A large fraction of singleton families in `family_sizes.txt` may indicate UMI collisions,
over-sequencing, or incorrect read structures. A distribution skewed toward large values in
`position_group_sizes.txt` may indicate UMI exhaustion or very high on-target duplication.
## Duplex Metrics
The `duplex-metrics` command uses specific terminology for family types:
| **CS** | Coordinate-Strand | Families defined by genome coordinates and strand only (no UMI information) |
| **SS** | Single-Stranded | Families defined by coordinates, strand, and UMI. Two SS families from the same molecule (e.g., 50/A and 50/B) are counted separately |
| **DS** | Double-Stranded | Collapsed across SS families from the same molecule. SS families from opposite strands become one DS family |
The duplex-metrics output files include:
| `<prefix>.family_sizes.txt` | Family size distribution by type (CS/SS/DS) |
| `<prefix>.duplex_family_sizes.txt` | Duplex family sizes by A→B and B→A strand counts |
| `<prefix>.duplex_yield_metrics.txt` | Summary QC metrics at subsampling levels (5%–100%) |
| `<prefix>.umi_counts.txt` | UMI observation frequencies |
| `<prefix>.duplex_umi_counts.txt` | Duplex UMI pair frequencies (optional, `--duplex-umi-counts`) |
| `<prefix>.duplex_qc.pdf` | QC plots (requires R with ggplot2) |
## Simplex Metrics
`fgumi simplex-metrics` collects comprehensive QC metrics for simplex (single-strand) sequencing
experiments. It takes a UMI-grouped BAM (output of `fgumi group`) as input:
```bash
fgumi simplex-metrics \
--input grouped.bam \
--output simplex_metrics \
--min-reads 3
```
Key options:
- `--min-reads N` — minimum templates per SS family to count it as a consensus family in yield metrics (default: 1)
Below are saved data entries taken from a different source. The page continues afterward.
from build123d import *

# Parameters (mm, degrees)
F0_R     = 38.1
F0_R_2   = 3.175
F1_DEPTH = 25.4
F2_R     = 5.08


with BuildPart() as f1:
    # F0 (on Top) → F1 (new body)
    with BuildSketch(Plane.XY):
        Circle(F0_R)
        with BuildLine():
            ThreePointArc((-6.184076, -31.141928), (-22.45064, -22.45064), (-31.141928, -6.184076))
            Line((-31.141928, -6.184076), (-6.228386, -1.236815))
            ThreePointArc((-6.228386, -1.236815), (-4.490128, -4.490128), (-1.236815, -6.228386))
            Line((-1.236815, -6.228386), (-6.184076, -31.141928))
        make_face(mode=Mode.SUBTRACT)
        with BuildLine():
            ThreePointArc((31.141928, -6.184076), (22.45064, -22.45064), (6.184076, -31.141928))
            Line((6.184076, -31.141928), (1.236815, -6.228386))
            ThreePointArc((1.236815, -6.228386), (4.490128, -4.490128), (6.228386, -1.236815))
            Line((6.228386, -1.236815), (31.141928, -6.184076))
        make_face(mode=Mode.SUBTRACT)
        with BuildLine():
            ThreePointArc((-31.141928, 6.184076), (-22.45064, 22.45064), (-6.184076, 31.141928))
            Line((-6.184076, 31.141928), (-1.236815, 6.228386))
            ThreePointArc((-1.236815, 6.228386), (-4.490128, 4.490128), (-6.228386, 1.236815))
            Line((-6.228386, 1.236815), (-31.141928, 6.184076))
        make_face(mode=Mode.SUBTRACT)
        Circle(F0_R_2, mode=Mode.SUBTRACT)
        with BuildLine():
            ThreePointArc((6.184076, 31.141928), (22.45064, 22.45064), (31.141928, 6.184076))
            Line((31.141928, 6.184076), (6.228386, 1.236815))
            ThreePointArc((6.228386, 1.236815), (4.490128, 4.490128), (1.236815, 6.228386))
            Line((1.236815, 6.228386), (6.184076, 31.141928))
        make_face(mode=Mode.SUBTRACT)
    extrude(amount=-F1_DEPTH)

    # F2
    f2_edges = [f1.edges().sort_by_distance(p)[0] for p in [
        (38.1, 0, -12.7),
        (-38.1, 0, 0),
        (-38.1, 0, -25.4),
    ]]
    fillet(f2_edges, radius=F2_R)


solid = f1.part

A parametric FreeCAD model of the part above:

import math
import FreeCAD as App
import Part
import Sketcher
from FreeCAD import Vector
Q = App.Units.Quantity


def edges_at(feature, points):
    """Names of the edges that pass closest to the given points."""
    edges = feature.Shape.Edges
    near = lambda p: min(range(len(edges)), key=lambda i: edges[i].distToShape(Part.Vertex(*p))[0])
    return sorted({f"Edge{near(p) + 1}" for p in points})

doc = App.newDocument("Part")
params = doc.addObject("Spreadsheet::Sheet", "Params")
for row, (alias, value) in enumerate([
    ("sketch1_diameter", "3 in"),
    ("sketch1_diameter2", "0.25 in"),
    ("sketch1_radius", "1.25 in"),
    ("sketch1_radius2", "0.2500001 in"),
    ("pad1_length", "1 in"),
    ("fillet_radius", "0.2 in"),
], start=1):
    params.set(f"A{row}", alias)
    params.set(f"B{row}", "=" + value)
    params.setAlias(f"B{row}", alias)

body = doc.addObject("PartDesign::Body", "Body")

# Sketch on XY plane
sketch1 = doc.addObject("Sketcher::SketchObject", "Sketch")
body.addObject(sketch1)
sketch1.AttachmentSupport = (doc.XY_Plane, [""])
sketch1.MapMode = "FlatFace"
sketch1.addGeometry(Part.Circle(Vector(0, 0, 0), Vector(0, 0, 1), 38.1), False)
sketch1.addGeometry(Part.LineSegment(Vector(-1.2, -6.2, 0), Vector(-6.2, -31.1, 0)), False)
sketch1.addGeometry(Part.ArcOfCircle(Part.Circle(Vector(0, 0, 0), Vector(0, 0, 1), 31.7), math.radians(-169), math.radians(-101)), False)
sketch1.addGeometry(Part.LineSegment(Vector(-31.1, -6.2, 0), Vector(-6.2, -1.2, 0)), False)
sketch1.addGeometry(Part.ArcOfCircle(Part.Circle(Vector(0, 0, 0), Vector(0, 0, 1), 6.4), math.radians(-169), math.radians(-101)), False)
sketch1.addGeometry(Part.LineSegment(Vector(6.2, -1.2, 0), Vector(31.1, -6.2, 0)), False)
sketch1.addGeometry(Part.ArcOfCircle(Part.Circle(Vector(0, 0, 0), Vector(0, 0, 1), 31.7), math.radians(-79), math.radians(-11)), False)
sketch1.addGeometry(Part.LineSegment(Vector(6.2, -31.1, 0), Vector(1.2, -6.2, 0)), False)
sketch1.addGeometry(Part.ArcOfCircle(Part.Circle(Vector(0, 0, 0), Vector(0, 0, 1), 6.4), math.radians(-79), math.radians(-11)), False)
sketch1.addGeometry(Part.LineSegment(Vector(-6.2, 1.2, 0), Vector(-31.1, 6.2, 0)), False)
sketch1.addGeometry(Part.ArcOfCircle(Part.Circle(Vector(0, 0, 0), Vector(0, 0, 1), 31.7), math.radians(101), math.radians(169)), False)
sketch1.addGeometry(Part.LineSegment(Vector(-6.2, 31.1, 0), Vector(-1.2, 6.2, 0)), False)
sketch1.addGeometry(Part.ArcOfCircle(Part.Circle(Vector(0, 0, 0), Vector(0, 0, 1), 6.4), math.radians(101), math.radians(169)), False)
sketch1.addGeometry(Part.Circle(Vector(0, 0, 0), Vector(0, 0, 1), 3.2), False)
sketch1.addGeometry(Part.LineSegment(Vector(1.2, 6.2, 0), Vector(6.2, 31.1, 0)), False)
sketch1.addGeometry(Part.ArcOfCircle(Part.Circle(Vector(0, 0, 0), Vector(0, 0, 1), 31.7), math.radians(11), math.radians(79)), False)
sketch1.addGeometry(Part.LineSegment(Vector(31.1, 6.2, 0), Vector(6.2, 1.2, 0)), False)
sketch1.addGeometry(Part.ArcOfCircle(Part.Circle(Vector(0, 0, 0), Vector(0, 0, 1), 6.4), math.radians(11), math.radians(79)), False)
sketch1.addConstraint(Sketcher.Constraint("Coincident", 1, 2, 2, 2))
sketch1.addConstraint(Sketcher.Constraint("Coincident", 2, 1, 3, 1))
sketch1.addConstraint(Sketcher.Constraint("Coincident", 3, 2, 4, 1))
sketch1.addConstraint(Sketcher.Constraint("Coincident", 4, 2, 1, 1))
sketch1.addConstraint(Sketcher.Constraint("Coincident", 5, 2, 6, 2))
sketch1.addConstraint(Sketcher.Constraint("Coincident", 6, 1, 7, 1))
sketch1.addConstraint(Sketcher.Constraint("Coincident", 7, 2, 8, 1))
sketch1.addConstraint(Sketcher.Constraint("Coincident", 8, 2, 5, 1))
sketch1.addConstraint(Sketcher.Constraint("Coincident", 9, 2, 10, 2))
sketch1.addConstraint(Sketcher.Constraint("Coincident", 10, 1, 11, 1))
sketch1.addConstraint(Sketcher.Constraint("Coincident", 11, 2, 12, 1))
sketch1.addConstraint(Sketcher.Constraint("Coincident", 12, 2, 9, 1))
sketch1.addConstraint(Sketcher.Constraint("Coincident", 14, 2, 15, 2))
sketch1.addConstraint(Sketcher.Constraint("Coincident", 15, 1, 16, 1))
sketch1.addConstraint(Sketcher.Constraint("Coincident", 16, 2, 17, 1))
sketch1.addConstraint(Sketcher.Constraint("Coincident", 17, 2, 14, 1))
sketch1.addConstraint(Sketcher.Constraint("Coincident", 0, 3, -1, 1))
sketch1.addConstraint(Sketcher.Constraint("Coincident", 2, 3, -1, 1))
sketch1.addConstraint(Sketcher.Constraint("Coincident", 4, 3, -1, 1))
sketch1.addConstraint(Sketcher.Constraint("Coincident", 6, 3, -1, 1))
sketch1.addConstraint(Sketcher.Constraint("Coincident", 8, 3, -1, 1))
sketch1.addConstraint(Sketcher.Constraint("Coincident", 10, 3, -1, 1))
sketch1.addConstraint(Sketcher.Constraint("Coincident", 12, 3, -1, 1))
sketch1.addConstraint(Sketcher.Constraint("Coincident", 13, 3, -1, 1))
sketch1.addConstraint(Sketcher.Constraint("Coincident", 15, 3, -1, 1))
sketch1.addConstraint(Sketcher.Constraint("Coincident", 17, 3, -1, 1))
sketch1.addConstraint(Sketcher.Constraint("Equal", 2, 6))
sketch1.addConstraint(Sketcher.Constraint("Equal", 4, 8))
sketch1.addConstraint(Sketcher.Constraint("Equal", 6, 10))
sketch1.addConstraint(Sketcher.Constraint("Equal", 8, 12))
sketch1.addConstraint(Sketcher.Constraint("Equal", 10, 15))
sketch1.addConstraint(Sketcher.Constraint("Equal", 12, 17))
sketch1.addConstraint(Sketcher.Constraint("Perpendicular", 1, 5))
sketch1.addConstraint(Sketcher.Constraint("Perpendicular", 3, 7))
sketch1.addConstraint(Sketcher.Constraint("Parallel", 5, 9))
sketch1.addConstraint(Sketcher.Constraint("Parallel", 7, 11))
sketch1.addConstraint(Sketcher.Constraint("Perpendicular", 9, 14))
sketch1.addConstraint(Sketcher.Constraint("Perpendicular", 11, 16))
sketch1.addConstraint(Sketcher.Constraint("Horizontal", 2, 1, 5, 2))
sketch1.addConstraint(Sketcher.Constraint("Horizontal", 1, 2, 6, 1))
sketch1.addConstraint(Sketcher.Constraint("Horizontal", 4, 2, 7, 2))
sketch1.addConstraint(Sketcher.Constraint("Horizontal", 10, 1, 14, 2))
sketch1.addConstraint(Sketcher.Constraint("Horizontal", 9, 2, 15, 1))
sketch1.addConstraint(Sketcher.Constraint("Vertical", 2, 1, 9, 2))
sketch1.addConstraint(Sketcher.Constraint("Vertical", 1, 2, 10, 1))
sketch1.addConstraint(Sketcher.Constraint("Diameter", 0, Q("3 in")))
sketch1.addConstraint(Sketcher.Constraint("Diameter", 13, Q("0.25 in")))
sketch1.addConstraint(Sketcher.Constraint("Radius", 2, Q("1.25 in")))
sketch1.addConstraint(Sketcher.Constraint("Radius", 4, Q("0.2500001 in")))
sketch1.addConstraint(Sketcher.Constraint("DistanceY", 1, 2, -1, 1, 31.141928))
sketch1.addConstraint(Sketcher.Constraint("DistanceX", -1, 1, 5, 2, 31.141928))
sketch1.addConstraint(Sketcher.Constraint("DistanceX", 4, 2, 6, 1, 7.420891))
sketch1.setExpression("Constraints[45]", "Params.sketch1_diameter")
sketch1.setExpression("Constraints[46]", "Params.sketch1_diameter2")
sketch1.setExpression("Constraints[47]", "Params.sketch1_radius")
sketch1.setExpression("Constraints[48]", "Params.sketch1_radius2")
pad1 = doc.addObject("PartDesign::Pad", "Pad")
body.addObject(pad1)
pad1.Profile = sketch1
pad1.setExpression("Length", "Params.pad1_length")
pad1.Reversed = True
doc.recompute()

fillet = doc.addObject("PartDesign::Fillet", "Fillet")
body.addObject(fillet)
fillet.Base = (pad1, edges_at(pad1, [(38.1, 0, -12.7), (-38.1, 0, 0), (-38.1, 0, -25.4)]))
fillet.setExpression("Radius", "Params.fillet_radius")

doc.recompute()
- `--intervals FILE` — restrict analysis to a BED or Picard interval list
- `--description TEXT` — sample name or description for PDF plot titles
The simplex-metrics output files include:
| `<prefix>.family_sizes.txt` | Family size distribution (CS and SS) |
| `<prefix>.simplex_yield_metrics.txt` | Summary QC metrics at subsampling levels (5%–100%) |
| `<prefix>.umi_counts.txt` | UMI observation frequencies |
| `<prefix>.simplex_qc.pdf` | QC plots (requires R with ggplot2) |
Yield metrics are computed at multiple subsampling fractions (5%, 10%, …, 100%), allowing you to
assess how yield scales with sequencing depth without re-running the full pipeline.
## Reading Metrics Files
### Python
```python
import pandas as pd
# Read horizontal TSV (dedup, codec, duplex-metrics, group)
dedup_metrics = pd.read_csv("dedup_metrics.txt", sep="\t")
# Read vertical KV format (simplex, duplex)
consensus_stats = pd.read_csv("simplex_stats.txt", sep="\t")
# Access metrics by key:
# consensus_stats[consensus_stats["key"] == "consensus_reads_emitted"]["value"]
# Read filter stats (no header)
filter_stats = pd.read_csv("filter_stats.txt", sep="\t", header=None, names=["key", "value"])
```
### R
```r
# Read horizontal TSV
dedup_metrics <- read.table("dedup_metrics.txt", header=TRUE, sep="\t")
# Read vertical KV format
consensus_stats <- read.table("simplex_stats.txt", header=TRUE, sep="\t")
# Read filter stats (no header)
filter_stats <- read.table("filter_stats.txt", header=FALSE, sep="\t", col.names=c("key", "value"))
```
## Comparing Metrics
Use `fgumi compare metrics` to compare metrics files between runs:
```bash
fgumi compare metrics file1.txt file2.txt --precision 6 --rel-tol 1e-6
```
This is useful for validating that pipeline changes produce equivalent results. See the [compare documentation](https://github.com/fulcrumgenomics/fgumi/blob/main/docs/compare-cli.md) for details.
> **Note:** `fgumi compare` is a developer tool not included in standard builds. Build with `--features compare` to enable it: `cargo build --release --features compare`.